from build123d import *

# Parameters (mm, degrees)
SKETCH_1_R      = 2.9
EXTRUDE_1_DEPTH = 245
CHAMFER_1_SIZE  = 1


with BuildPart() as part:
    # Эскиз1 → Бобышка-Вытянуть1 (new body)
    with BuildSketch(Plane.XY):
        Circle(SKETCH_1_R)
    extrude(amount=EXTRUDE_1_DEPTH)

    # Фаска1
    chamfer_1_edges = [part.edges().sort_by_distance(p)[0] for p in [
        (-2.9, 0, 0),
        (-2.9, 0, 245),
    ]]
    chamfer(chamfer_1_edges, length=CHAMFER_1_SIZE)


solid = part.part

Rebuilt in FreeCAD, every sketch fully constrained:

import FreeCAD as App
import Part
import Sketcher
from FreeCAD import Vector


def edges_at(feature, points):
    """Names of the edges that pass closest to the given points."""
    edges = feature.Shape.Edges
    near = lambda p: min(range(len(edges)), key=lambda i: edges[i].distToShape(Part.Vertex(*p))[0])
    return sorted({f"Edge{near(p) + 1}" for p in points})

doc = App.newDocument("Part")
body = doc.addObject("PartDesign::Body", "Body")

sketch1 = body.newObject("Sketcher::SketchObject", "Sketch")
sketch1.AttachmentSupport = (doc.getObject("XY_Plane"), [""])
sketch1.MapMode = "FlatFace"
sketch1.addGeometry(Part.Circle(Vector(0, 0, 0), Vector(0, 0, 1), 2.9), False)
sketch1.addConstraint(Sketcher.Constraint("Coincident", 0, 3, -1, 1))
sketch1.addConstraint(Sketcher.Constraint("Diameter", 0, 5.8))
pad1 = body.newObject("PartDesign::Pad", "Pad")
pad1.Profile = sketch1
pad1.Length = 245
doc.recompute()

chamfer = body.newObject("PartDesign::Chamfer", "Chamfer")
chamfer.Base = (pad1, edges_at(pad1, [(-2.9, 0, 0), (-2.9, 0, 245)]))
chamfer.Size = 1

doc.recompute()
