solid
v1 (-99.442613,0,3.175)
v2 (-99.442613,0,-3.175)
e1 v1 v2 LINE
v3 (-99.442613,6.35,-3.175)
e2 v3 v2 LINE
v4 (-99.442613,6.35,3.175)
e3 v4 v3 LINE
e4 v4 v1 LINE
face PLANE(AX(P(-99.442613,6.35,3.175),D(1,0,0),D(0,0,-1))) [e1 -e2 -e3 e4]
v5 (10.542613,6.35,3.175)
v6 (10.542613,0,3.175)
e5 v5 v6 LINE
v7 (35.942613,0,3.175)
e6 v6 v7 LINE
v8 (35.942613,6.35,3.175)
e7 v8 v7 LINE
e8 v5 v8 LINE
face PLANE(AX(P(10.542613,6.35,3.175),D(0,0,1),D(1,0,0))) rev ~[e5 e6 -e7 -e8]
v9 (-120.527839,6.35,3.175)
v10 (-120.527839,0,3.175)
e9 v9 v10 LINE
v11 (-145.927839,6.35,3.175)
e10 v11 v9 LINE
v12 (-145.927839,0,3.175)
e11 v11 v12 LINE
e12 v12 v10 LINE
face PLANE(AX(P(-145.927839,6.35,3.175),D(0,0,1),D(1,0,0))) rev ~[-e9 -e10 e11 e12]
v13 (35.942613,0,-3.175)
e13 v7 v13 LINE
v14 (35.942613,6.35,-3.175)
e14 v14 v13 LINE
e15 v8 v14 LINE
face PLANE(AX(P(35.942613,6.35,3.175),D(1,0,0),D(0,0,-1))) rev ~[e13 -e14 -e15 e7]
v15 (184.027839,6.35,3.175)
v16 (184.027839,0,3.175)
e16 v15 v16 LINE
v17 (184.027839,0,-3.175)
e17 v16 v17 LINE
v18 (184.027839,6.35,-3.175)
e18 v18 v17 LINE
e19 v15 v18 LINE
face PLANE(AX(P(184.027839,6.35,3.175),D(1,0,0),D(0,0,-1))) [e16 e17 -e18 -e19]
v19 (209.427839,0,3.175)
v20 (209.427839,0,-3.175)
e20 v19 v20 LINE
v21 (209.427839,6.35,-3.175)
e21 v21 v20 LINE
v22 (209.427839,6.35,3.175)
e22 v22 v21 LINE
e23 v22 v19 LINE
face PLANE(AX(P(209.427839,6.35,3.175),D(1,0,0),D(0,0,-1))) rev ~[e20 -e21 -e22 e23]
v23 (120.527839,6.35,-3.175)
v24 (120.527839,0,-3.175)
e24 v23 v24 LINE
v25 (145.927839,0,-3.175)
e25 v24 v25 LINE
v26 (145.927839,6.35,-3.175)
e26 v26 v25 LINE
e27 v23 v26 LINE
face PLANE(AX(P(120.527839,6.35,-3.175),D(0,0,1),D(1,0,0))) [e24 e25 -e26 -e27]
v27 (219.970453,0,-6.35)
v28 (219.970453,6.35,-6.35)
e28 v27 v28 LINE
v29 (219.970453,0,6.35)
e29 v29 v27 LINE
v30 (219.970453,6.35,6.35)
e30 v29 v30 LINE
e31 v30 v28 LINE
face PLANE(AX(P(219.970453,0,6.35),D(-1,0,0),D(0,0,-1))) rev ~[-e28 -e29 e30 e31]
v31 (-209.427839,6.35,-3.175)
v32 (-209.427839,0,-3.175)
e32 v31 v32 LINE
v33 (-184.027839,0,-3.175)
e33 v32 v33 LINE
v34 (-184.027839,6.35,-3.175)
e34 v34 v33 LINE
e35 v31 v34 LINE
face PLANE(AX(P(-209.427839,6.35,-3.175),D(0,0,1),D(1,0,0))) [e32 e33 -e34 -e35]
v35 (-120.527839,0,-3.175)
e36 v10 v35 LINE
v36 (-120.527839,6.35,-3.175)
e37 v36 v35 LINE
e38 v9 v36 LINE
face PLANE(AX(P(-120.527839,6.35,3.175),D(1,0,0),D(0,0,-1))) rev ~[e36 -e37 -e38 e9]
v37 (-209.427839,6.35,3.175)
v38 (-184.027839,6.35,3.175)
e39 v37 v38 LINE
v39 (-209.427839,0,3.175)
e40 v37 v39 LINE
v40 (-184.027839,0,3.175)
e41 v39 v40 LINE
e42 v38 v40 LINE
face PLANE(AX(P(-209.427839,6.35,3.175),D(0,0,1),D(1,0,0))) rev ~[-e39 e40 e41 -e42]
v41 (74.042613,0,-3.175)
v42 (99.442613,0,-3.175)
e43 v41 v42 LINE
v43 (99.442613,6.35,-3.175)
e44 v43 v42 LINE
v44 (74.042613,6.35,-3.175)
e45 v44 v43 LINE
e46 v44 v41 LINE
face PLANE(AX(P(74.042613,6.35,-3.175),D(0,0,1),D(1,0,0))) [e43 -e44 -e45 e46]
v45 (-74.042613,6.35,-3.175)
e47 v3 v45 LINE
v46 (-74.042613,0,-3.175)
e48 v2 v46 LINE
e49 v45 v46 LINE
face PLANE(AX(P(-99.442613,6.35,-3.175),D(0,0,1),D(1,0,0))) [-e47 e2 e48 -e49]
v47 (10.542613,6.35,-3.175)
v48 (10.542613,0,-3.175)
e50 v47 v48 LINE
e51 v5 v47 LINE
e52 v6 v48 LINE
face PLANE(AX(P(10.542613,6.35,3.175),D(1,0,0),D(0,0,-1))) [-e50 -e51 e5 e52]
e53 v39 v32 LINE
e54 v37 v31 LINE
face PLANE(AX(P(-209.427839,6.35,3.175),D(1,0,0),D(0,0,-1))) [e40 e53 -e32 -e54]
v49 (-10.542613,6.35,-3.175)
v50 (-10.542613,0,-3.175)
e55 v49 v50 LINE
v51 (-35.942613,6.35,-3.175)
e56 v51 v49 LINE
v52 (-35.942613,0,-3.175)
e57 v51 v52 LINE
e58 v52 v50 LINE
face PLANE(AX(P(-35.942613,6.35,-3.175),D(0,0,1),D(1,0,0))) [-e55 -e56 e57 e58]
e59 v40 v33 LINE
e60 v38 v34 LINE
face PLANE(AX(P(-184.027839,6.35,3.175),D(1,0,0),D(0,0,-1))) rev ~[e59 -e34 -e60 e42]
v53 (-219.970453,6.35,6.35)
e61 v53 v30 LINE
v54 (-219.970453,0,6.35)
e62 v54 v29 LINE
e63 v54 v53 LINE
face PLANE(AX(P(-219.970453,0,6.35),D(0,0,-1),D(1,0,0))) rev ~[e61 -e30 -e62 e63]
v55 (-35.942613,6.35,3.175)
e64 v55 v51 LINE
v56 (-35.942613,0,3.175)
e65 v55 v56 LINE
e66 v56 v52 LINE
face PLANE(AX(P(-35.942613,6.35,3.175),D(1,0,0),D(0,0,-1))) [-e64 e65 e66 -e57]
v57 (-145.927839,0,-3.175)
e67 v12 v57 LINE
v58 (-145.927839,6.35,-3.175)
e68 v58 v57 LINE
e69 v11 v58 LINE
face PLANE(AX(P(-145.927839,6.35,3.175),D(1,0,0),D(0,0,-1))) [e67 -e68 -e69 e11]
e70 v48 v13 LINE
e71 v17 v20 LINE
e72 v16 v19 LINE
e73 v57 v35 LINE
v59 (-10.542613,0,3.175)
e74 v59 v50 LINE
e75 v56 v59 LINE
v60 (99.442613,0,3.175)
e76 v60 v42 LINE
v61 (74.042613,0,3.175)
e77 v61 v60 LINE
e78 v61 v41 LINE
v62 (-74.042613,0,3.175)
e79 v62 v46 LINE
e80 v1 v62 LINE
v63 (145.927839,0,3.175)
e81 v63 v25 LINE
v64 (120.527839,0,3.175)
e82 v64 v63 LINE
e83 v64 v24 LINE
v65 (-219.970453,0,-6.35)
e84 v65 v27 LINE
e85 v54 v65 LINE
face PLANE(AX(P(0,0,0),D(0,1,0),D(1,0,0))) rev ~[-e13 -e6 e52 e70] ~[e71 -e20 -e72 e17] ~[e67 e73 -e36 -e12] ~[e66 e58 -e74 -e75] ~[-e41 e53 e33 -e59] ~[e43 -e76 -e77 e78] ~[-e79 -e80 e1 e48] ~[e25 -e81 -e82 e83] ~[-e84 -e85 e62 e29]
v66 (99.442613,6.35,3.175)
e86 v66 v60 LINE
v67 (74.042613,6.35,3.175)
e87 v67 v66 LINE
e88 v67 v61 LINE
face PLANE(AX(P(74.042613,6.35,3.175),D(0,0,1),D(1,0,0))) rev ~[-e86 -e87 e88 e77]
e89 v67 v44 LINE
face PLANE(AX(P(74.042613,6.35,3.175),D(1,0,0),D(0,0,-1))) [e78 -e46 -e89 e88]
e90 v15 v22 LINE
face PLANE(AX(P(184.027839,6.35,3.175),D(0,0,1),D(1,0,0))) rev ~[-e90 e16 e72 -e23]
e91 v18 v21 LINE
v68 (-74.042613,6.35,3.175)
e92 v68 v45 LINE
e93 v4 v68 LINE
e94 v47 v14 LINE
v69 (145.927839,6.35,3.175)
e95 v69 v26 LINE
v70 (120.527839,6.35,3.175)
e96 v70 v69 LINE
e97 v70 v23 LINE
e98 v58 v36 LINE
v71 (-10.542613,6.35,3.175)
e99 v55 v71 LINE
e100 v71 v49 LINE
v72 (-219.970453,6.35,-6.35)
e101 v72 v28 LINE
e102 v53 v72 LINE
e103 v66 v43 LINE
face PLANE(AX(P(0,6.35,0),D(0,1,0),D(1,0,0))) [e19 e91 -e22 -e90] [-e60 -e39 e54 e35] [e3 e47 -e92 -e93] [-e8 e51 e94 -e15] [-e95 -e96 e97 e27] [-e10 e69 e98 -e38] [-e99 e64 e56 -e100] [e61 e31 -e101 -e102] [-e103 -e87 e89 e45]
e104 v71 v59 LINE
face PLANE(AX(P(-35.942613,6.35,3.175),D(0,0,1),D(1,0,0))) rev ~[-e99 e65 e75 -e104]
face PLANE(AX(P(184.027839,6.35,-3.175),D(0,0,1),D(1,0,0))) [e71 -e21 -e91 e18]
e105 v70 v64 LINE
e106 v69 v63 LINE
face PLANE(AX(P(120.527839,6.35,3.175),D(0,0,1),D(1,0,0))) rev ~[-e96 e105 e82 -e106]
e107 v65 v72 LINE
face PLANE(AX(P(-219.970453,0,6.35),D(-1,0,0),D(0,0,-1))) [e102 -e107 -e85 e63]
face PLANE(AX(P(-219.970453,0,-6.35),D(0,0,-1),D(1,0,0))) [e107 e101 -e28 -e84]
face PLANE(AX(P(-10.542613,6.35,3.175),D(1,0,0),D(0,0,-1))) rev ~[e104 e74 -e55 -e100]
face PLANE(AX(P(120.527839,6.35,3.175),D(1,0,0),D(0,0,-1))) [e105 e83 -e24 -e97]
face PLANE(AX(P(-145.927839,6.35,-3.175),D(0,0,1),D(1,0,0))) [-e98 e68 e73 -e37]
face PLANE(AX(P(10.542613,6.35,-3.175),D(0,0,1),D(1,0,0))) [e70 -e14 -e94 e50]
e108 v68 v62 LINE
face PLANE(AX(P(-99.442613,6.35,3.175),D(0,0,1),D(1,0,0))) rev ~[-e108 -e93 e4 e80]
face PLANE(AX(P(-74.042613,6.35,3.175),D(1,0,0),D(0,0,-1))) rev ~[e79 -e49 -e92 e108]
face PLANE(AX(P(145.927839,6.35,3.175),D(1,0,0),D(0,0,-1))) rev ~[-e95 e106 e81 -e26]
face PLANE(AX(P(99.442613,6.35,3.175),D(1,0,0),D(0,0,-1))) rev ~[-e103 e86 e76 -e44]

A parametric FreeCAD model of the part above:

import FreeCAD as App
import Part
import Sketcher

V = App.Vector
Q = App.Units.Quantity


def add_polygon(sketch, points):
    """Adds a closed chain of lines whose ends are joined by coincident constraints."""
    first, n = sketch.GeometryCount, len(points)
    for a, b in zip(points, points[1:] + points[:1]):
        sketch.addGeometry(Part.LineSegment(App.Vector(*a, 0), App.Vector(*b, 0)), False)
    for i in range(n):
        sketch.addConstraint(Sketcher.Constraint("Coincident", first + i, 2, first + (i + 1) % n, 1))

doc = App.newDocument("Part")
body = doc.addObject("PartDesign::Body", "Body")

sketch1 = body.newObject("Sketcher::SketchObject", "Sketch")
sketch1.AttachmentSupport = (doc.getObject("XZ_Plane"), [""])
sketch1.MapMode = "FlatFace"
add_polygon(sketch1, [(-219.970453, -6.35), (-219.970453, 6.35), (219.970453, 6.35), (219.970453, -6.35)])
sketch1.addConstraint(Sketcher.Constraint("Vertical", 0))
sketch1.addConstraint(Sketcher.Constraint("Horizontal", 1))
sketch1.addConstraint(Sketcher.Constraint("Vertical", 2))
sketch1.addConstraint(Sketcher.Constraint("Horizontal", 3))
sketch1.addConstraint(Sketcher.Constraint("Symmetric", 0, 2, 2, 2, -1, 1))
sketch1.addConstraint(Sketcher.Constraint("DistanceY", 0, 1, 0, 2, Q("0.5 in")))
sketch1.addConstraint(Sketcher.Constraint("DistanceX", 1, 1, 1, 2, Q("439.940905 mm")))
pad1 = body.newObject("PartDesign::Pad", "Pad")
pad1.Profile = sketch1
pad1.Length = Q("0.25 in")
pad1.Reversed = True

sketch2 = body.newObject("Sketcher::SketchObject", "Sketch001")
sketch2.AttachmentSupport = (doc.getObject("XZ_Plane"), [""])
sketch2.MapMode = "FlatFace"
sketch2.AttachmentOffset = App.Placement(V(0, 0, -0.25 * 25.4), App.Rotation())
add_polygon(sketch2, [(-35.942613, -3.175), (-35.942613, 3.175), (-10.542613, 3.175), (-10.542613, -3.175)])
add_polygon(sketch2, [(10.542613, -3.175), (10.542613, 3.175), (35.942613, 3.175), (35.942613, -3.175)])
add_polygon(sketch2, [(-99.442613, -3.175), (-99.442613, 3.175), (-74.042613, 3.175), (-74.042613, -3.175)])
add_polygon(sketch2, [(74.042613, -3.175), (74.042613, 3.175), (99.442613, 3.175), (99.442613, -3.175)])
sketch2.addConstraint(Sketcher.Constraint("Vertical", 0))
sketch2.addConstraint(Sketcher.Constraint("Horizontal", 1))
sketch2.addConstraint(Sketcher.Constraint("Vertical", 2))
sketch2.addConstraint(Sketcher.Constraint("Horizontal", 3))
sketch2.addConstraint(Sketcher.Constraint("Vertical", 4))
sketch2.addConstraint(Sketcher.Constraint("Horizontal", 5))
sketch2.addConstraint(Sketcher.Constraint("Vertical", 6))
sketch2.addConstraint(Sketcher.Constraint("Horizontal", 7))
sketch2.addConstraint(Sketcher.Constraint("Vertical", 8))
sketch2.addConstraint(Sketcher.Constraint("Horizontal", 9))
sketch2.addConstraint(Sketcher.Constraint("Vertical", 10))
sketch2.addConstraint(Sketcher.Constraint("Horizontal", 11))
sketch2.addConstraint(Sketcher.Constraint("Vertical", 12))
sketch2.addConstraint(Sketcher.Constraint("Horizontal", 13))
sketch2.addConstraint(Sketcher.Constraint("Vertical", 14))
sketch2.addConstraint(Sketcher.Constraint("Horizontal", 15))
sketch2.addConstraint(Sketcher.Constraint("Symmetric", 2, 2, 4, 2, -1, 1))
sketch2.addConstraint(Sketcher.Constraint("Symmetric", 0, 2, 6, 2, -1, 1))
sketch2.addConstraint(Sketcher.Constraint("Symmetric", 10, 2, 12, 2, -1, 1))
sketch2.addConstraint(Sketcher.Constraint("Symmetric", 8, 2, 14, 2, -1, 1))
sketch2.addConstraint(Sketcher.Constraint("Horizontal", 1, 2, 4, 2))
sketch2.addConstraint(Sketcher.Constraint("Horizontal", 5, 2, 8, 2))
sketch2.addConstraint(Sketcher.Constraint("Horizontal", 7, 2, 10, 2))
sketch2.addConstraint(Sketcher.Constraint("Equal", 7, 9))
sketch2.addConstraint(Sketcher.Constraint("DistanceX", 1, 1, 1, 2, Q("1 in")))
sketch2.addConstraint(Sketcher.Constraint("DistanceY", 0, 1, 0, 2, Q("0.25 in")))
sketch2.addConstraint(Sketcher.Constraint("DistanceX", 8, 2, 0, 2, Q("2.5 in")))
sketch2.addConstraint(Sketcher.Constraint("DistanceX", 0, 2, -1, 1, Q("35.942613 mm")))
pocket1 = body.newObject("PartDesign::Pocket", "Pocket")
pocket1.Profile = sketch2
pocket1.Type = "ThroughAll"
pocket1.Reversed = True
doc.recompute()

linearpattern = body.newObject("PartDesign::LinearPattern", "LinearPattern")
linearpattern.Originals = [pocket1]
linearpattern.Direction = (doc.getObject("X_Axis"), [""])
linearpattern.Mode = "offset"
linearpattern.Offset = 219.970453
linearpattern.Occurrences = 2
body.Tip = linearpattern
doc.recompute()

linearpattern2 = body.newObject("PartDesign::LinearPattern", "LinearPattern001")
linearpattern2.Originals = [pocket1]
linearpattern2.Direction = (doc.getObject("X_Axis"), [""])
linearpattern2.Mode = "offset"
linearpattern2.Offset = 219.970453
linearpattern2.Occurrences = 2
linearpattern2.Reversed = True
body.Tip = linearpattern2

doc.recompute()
◆ ◆ ◆ ◆ ◆
Only the lines above, from the first through the one holding "e10 v11 v9 LINE", are to be output, and they must be copied exactly.

Solved exercise:
from build123d import *

# Parameters (mm, degrees)
SKETCH_1_R      = 2.9
EXTRUDE_1_DEPTH = 245
CHAMFER_1_SIZE  = 1


with BuildPart() as part:
    # Эскиз1 → Бобышка-Вытянуть1 (new body)
    with BuildSketch(Plane.XY):
        Circle(SKETCH_1_R)
    extrude(amount=EXTRUDE_1_DEPTH)

    # Фаска1
    chamfer_1_edges = [part.edges().sort_by_distance(p)[0] for p in [
        (-2.9, 0, 0),
        (-2.9, 0, 245),
    ]]
    chamfer(chamfer_1_edges, length=CHAMFER_1_SIZE)


solid = part.part

Rebuilt in FreeCAD, every sketch fully constrained:

import FreeCAD as App
import Part
import Sketcher
from FreeCAD import Vector


def edges_at(feature, points):
    """Names of the edges that pass closest to the given points."""
    edges = feature.Shape.Edges
    near = lambda p: min(range(len(edges)), key=lambda i: edges[i].distToShape(Part.Vertex(*p))[0])
    return sorted({f"Edge{near(p) + 1}" for p in points})

doc = App.newDocument("Part")
body = doc.addObject("PartDesign::Body", "Body")

sketch1 = body.newObject("Sketcher::SketchObject", "Sketch")
sketch1.AttachmentSupport = (doc.getObject("XY_Plane"), [""])
sketch1.MapMode = "FlatFace"
sketch1.addGeometry(Part.Circle(Vector(0, 0, 0), Vector(0, 0, 1), 2.9), False)
sketch1.addConstraint(Sketcher.Constraint("Coincident", 0, 3, -1, 1))
sketch1.addConstraint(Sketcher.Constraint("Diameter", 0, 5.8))
pad1 = body.newObject("PartDesign::Pad", "Pad")
pad1.Profile = sketch1
pad1.Length = 245
doc.recompute()

chamfer = body.newObject("PartDesign::Chamfer", "Chamfer")
chamfer.Base = (pad1, edges_at(pad1, [(-2.9, 0, 0), (-2.9, 0, 245)]))
chamfer.Size = 1

doc.recompute()
solid
v1 (-99.442613,0,3.175)
v2 (-99.442613,0,-3.175)
e1 v1 v2 LINE
v3 (-99.442613,6.35,-3.175)
e2 v3 v2 LINE
v4 (-99.442613,6.35,3.175)
e3 v4 v3 LINE
e4 v4 v1 LINE
face PLANE(AX(P(-99.442613,6.35,3.175),D(1,0,0),D(0,0,-1))) [e1 -e2 -e3 e4]
v5 (10.542613,6.35,3.175)
v6 (10.542613,0,3.175)
e5 v5 v6 LINE
v7 (35.942613,0,3.175)
e6 v6 v7 LINE
v8 (35.942613,6.35,3.175)
e7 v8 v7 LINE
e8 v5 v8 LINE
face PLANE(AX(P(10.542613,6.35,3.175),D(0,0,1),D(1,0,0))) rev ~[e5 e6 -e7 -e8]
v9 (-120.527839,6.35,3.175)
v10 (-120.527839,0,3.175)
e9 v9 v10 LINE
v11 (-145.927839,6.35,3.175)
e10 v11 v9 LINE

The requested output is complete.